The importance of centering the recognition and protection of indigeneity on its noetic ciphers is also proven by the current trend for harmonizing indigenous habits/behaviors and human rights. Ordinarily, the cultural differentiation of indigenous people is ruled by a double-faceted standard of self-determination/compatibility, which places — as dialectical poles — indigenous habits on one side, and state statutory law/international human rights regimes on the other. The tendency to interpret the relationships between indigenous cultures and the other cultures in identitarian terms leads to a reading of indigeneity that primarily orbits around the morphological features of peoples’ conduct. [33] These morphological features, then, are taken as indices to calculate their compatibility with human rights. At the same time, indigenous people try to include their claims to differentiate and self-determine their identities, taken in their material and practical consequences, under the semantic dome of human rights. No attempt at semantic translation takes place in these wars over the signification and guarantee implications of human rights enunciations. In these semantic struggles, there is no traceable justification of differences; rather they are presented as self-bounded units to be considered as such, for their (alleged) empirical givenness. Needless to say, within this contrastive game, human rights can only play the role of imposing hierarchical standards, which are thereby dangerously exposed to political instrumentalization.

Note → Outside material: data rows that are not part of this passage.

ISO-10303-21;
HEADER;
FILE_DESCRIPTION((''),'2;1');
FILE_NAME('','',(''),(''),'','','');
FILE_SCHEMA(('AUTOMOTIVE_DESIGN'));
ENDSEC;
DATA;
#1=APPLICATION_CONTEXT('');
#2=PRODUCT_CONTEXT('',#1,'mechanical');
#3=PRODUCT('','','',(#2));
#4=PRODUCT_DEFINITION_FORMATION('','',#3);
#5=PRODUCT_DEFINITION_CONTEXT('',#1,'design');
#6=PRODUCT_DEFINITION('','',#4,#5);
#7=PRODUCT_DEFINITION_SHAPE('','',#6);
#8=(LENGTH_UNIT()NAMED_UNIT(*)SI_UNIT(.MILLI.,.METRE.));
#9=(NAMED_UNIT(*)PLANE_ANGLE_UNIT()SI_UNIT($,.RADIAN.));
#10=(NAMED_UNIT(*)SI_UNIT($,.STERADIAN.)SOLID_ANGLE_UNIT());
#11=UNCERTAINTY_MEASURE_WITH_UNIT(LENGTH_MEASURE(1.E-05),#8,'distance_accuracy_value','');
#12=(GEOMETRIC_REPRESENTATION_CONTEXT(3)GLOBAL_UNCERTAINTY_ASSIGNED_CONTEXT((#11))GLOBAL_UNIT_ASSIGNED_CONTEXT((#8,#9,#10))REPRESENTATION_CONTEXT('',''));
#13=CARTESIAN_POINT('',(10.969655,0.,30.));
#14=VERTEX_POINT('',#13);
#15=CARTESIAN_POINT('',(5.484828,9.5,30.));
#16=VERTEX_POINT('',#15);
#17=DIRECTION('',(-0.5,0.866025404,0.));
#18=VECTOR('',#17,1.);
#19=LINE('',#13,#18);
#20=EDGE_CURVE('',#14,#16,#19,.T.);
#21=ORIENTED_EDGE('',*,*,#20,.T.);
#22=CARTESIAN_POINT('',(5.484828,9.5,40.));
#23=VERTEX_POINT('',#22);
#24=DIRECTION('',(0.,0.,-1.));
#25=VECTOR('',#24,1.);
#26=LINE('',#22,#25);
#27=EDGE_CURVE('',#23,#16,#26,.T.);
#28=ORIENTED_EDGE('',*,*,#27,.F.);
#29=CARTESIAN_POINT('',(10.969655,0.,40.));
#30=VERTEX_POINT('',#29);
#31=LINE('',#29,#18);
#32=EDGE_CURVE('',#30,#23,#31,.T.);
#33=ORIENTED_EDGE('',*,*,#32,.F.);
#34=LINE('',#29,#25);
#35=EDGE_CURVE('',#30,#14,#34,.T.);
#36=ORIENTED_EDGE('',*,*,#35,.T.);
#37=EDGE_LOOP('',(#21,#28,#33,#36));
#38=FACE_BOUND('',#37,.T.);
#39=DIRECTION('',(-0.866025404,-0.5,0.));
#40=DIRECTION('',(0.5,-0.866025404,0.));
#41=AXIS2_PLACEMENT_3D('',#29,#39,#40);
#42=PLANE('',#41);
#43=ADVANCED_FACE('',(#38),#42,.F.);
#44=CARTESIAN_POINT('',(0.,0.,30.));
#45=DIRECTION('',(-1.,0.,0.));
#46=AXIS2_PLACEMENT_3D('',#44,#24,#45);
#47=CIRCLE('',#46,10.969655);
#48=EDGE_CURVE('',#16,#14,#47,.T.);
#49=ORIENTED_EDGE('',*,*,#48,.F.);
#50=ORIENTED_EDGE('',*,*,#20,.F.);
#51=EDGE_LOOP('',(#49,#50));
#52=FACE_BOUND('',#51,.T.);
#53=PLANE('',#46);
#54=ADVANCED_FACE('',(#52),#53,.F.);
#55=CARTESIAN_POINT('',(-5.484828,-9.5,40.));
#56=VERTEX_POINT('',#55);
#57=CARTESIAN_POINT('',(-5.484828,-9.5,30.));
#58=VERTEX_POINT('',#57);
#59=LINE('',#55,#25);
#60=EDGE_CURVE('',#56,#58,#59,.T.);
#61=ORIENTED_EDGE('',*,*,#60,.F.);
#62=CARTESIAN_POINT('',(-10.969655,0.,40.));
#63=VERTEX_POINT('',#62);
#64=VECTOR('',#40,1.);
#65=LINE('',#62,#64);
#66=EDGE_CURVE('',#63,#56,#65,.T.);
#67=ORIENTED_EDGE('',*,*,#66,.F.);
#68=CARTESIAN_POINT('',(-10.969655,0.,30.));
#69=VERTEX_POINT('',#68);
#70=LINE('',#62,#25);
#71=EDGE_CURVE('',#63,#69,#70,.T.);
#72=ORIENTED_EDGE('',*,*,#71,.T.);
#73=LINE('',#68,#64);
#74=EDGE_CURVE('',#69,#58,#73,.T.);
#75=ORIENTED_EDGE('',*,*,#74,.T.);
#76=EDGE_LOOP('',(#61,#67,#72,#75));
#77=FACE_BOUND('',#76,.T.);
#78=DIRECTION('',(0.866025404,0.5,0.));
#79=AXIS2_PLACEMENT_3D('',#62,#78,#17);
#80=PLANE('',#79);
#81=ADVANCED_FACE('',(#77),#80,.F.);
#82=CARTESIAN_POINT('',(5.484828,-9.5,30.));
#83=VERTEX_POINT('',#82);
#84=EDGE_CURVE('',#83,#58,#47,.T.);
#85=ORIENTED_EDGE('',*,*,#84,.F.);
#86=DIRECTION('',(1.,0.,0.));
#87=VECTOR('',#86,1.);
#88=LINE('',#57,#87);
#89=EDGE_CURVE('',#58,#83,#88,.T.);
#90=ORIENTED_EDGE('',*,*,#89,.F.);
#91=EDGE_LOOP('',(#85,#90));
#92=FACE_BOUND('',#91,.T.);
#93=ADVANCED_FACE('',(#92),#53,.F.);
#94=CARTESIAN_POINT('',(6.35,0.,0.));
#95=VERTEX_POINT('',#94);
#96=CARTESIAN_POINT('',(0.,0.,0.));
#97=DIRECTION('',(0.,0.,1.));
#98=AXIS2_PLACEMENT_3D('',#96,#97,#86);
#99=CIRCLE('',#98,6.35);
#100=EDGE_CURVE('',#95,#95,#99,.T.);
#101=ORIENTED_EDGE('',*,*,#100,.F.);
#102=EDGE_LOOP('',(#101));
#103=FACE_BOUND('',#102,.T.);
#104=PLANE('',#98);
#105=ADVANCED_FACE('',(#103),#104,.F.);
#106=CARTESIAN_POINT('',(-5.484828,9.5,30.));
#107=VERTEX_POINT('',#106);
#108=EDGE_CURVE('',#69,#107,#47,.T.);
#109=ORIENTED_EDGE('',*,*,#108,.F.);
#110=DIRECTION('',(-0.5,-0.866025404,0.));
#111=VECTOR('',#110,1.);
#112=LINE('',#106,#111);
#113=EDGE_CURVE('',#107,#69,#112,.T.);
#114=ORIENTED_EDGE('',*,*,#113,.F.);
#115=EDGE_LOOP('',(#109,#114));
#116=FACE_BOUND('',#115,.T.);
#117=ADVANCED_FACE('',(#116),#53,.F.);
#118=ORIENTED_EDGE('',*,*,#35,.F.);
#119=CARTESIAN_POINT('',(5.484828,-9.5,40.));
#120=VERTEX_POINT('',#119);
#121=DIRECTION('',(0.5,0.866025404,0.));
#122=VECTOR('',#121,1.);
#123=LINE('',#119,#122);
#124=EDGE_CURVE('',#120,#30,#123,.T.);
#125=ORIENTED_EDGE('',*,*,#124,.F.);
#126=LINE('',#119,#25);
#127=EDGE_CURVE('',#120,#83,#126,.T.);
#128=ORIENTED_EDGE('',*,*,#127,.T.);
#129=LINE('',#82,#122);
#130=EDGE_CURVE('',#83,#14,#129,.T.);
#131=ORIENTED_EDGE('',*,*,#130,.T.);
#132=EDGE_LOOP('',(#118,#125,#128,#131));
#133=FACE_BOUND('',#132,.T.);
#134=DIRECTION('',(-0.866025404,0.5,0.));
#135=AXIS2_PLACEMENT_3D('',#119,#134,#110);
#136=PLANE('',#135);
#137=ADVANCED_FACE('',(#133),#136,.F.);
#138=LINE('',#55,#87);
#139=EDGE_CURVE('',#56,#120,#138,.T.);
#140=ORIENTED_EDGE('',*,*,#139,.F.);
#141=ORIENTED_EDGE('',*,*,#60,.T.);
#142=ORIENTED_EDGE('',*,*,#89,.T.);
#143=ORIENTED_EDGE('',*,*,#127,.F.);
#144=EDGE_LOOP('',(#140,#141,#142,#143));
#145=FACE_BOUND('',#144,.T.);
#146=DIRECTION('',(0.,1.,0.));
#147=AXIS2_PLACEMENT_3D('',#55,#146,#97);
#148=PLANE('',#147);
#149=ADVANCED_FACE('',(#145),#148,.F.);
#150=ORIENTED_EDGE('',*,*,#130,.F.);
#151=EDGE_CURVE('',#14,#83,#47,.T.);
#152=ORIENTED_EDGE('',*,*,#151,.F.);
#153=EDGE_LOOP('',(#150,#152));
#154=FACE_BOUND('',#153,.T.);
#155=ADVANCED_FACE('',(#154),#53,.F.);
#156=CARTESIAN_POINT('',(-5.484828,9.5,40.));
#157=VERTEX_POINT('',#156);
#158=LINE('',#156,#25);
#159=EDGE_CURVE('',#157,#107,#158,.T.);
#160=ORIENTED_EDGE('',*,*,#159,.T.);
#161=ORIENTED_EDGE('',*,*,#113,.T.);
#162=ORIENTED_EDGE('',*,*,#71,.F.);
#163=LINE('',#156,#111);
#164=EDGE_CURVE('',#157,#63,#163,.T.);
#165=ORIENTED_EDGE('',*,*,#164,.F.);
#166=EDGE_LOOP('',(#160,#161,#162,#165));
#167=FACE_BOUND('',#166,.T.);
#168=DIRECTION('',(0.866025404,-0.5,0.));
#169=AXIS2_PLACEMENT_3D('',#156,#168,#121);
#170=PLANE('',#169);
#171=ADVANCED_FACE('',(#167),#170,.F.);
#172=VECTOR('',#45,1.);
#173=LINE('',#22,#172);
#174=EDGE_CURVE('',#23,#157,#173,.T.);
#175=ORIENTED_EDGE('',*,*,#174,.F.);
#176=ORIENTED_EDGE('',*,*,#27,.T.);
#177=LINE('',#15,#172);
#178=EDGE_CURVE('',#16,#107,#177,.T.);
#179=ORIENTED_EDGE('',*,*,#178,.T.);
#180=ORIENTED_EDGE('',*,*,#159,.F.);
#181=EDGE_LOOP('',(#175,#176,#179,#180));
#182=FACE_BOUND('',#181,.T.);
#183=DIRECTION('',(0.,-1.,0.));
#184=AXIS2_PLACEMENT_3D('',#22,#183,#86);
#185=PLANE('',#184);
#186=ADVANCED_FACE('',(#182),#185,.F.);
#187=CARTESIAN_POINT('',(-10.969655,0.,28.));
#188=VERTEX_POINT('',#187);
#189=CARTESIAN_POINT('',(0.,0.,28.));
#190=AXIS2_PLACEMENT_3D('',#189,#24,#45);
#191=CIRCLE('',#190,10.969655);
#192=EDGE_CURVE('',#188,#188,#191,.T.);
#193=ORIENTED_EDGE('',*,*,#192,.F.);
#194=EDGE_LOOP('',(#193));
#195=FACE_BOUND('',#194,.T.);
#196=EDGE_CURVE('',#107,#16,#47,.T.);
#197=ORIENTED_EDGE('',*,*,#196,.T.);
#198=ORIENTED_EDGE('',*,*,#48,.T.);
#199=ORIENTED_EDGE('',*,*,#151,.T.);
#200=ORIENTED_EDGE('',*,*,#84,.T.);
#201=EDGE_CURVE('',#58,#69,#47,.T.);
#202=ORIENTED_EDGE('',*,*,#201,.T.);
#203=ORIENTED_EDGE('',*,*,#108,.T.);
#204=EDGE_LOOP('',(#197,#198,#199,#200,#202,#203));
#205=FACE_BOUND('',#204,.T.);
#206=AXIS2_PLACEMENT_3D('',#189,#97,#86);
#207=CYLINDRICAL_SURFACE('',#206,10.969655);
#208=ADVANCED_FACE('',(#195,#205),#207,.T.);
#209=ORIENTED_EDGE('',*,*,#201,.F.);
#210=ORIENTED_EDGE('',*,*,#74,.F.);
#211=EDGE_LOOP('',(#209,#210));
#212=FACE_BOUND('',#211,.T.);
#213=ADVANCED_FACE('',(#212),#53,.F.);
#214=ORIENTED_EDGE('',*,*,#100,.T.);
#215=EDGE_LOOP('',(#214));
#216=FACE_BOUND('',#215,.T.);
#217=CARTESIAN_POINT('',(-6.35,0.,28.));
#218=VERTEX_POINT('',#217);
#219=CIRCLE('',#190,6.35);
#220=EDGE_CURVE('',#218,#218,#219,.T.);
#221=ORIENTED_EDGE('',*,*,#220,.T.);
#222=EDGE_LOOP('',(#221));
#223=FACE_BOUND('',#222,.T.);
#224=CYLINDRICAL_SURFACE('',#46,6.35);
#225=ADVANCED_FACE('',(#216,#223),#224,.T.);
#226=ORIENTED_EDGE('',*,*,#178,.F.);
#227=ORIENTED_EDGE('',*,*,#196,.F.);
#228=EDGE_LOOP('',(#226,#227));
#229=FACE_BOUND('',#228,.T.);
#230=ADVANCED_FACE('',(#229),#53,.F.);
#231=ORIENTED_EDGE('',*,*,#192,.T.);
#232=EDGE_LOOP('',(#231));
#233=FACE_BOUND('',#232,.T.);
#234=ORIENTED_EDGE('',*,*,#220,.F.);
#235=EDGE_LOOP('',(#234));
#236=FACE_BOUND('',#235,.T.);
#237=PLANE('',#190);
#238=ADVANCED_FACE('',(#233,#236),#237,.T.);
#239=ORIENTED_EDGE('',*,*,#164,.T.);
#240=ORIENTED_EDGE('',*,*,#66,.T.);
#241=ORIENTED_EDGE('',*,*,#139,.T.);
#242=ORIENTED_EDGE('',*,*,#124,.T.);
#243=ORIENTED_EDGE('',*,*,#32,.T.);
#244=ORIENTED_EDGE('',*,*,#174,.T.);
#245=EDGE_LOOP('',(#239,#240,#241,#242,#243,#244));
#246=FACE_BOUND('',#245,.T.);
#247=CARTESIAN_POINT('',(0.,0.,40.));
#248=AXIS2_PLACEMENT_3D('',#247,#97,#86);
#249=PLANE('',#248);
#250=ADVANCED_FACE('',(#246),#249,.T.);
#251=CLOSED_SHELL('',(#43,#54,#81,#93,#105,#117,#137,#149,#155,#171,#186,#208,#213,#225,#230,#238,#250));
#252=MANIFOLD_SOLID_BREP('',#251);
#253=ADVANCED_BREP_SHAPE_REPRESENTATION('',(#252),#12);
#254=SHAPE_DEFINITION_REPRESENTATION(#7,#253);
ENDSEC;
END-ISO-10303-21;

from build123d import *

# Parameters (mm, degrees)
CROQUIS1_R              = 6.35
SALIENTE_EXTRUIR1_DEPTH = 30
SALIENTE_EXTRUIR2_DEPTH = 10
CROQUIS3_R              = 10.969655115
SALIENTE_EXTRUIR3_DEPTH = 2


with BuildPart() as part:
    # Croquis1 → Saliente-Extruir1 (new body)
    with BuildSketch(Plane.XY):
        Circle(CROQUIS1_R)
    extrude(amount=SALIENTE_EXTRUIR1_DEPTH)

    # Croquis2 → Saliente-Extruir2 (add)
    with BuildSketch(Plane.XY.offset(30)):
        Polygon((10.969655115, 0), (5.484827557, 9.5), (-5.484827557, 9.5), (-10.969655115, 0), (-5.484827557, -9.5), (5.484827557, -9.5), align=None)
    extrude(amount=SALIENTE_EXTRUIR2_DEPTH)

    # Croquis3 → Saliente-Extruir3 (add)
    with BuildSketch(Plane(origin=(0, 0, 30), x_dir=(-1, 0, 0), z_dir=(0, 0, -1))):
        Circle(CROQUIS3_R)
    extrude(amount=SALIENTE_EXTRUIR3_DEPTH)


solid = part.part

On the contrary, if the starting point of the protection of indigeneity focused instead on the noetic ciphers of the cultural parties at play, then the axiological connotations of human rights could be situated in the midst of the translational/transactive process so as to foster the collaborative creation of intercultural solutions. If all parties considered themselves as equal and full-fledged interpreters of different indigeneities, they could trace, in the connotative landscapes underlying their habits, the semantic components to use for calling into play human rights as translational interfaces. In this way, human rights could leave their hierarchical pyramidal positioning, and instead locate themselves on a horizontal plane, where they could function as a semantic bridge between different cultural and spatial universes. [34]

This intercultural use of human rights could give rise to the production of inter-spatial translations and therefore create new inter-spaces of experience, which in each specific place could give shape to a general formula of coexistence between indigeneities amenable to be implemented at an all-encompassing Earthly level. Rather than being trapped in a claiming/compensatory, reifying and anti-Western script, the discourse on indigeneity should endorse and include the view that, at least in absolute terms, there is no better or worse way to live on — and supported by — the Earth. It is true, colonialism and, more recently, the combination of contemporary technology and neocolonialism have caused and continue to cause great ecological changes and imbalances in bio-diversity. But human presence on Earth has also produced huge catastrophes in the past, especially if we consider human action from a deeply ecological point of view. [35] There is no indigenous people that is completely innocent if judged from this perspective. Human beings, as well as other creatures, are part and parcel of transformations that nature impresses on itself; this simply because the human being is itself nature, beyond and notwithstanding all possible dualisms. We should consider — with an appreciation for the paradox — that a conservative and museifying misoneism was born under modernity, and it cannot alter the trans-epochal process of cosmic signification that the appearance of humankind on Earth assumes. I argue that we, the humans, should modestly come to terms with this impossibility and, at the same time, with the innumerable and unforeseeable variations that the attitude to ‘indigenize’ space produces in all times. This is a task that can no longer exempt anyone from its accomplishment. Therefore, invoking the universal logic of human rights only to see the triumph of unilateral or conservative/identitarian claims for redress is a contradiction that cannot long survive its consequences. In the human creative production of earthly spatialities, we must act all together, polyphonically, from the common understanding — even visually proffered by images from outer space — that the Earth is finite.

_How to cite

Mario Ricca. “Earthly Indigeneity: The Cognitive and Ethical Implications of a Disregarded Cosmic Occurrence.” On_Culture: The Open Journal for the Study of Culture 5 (2018). <http://geb.uni-giessen.de/geb/volltexte/2018/13658/>.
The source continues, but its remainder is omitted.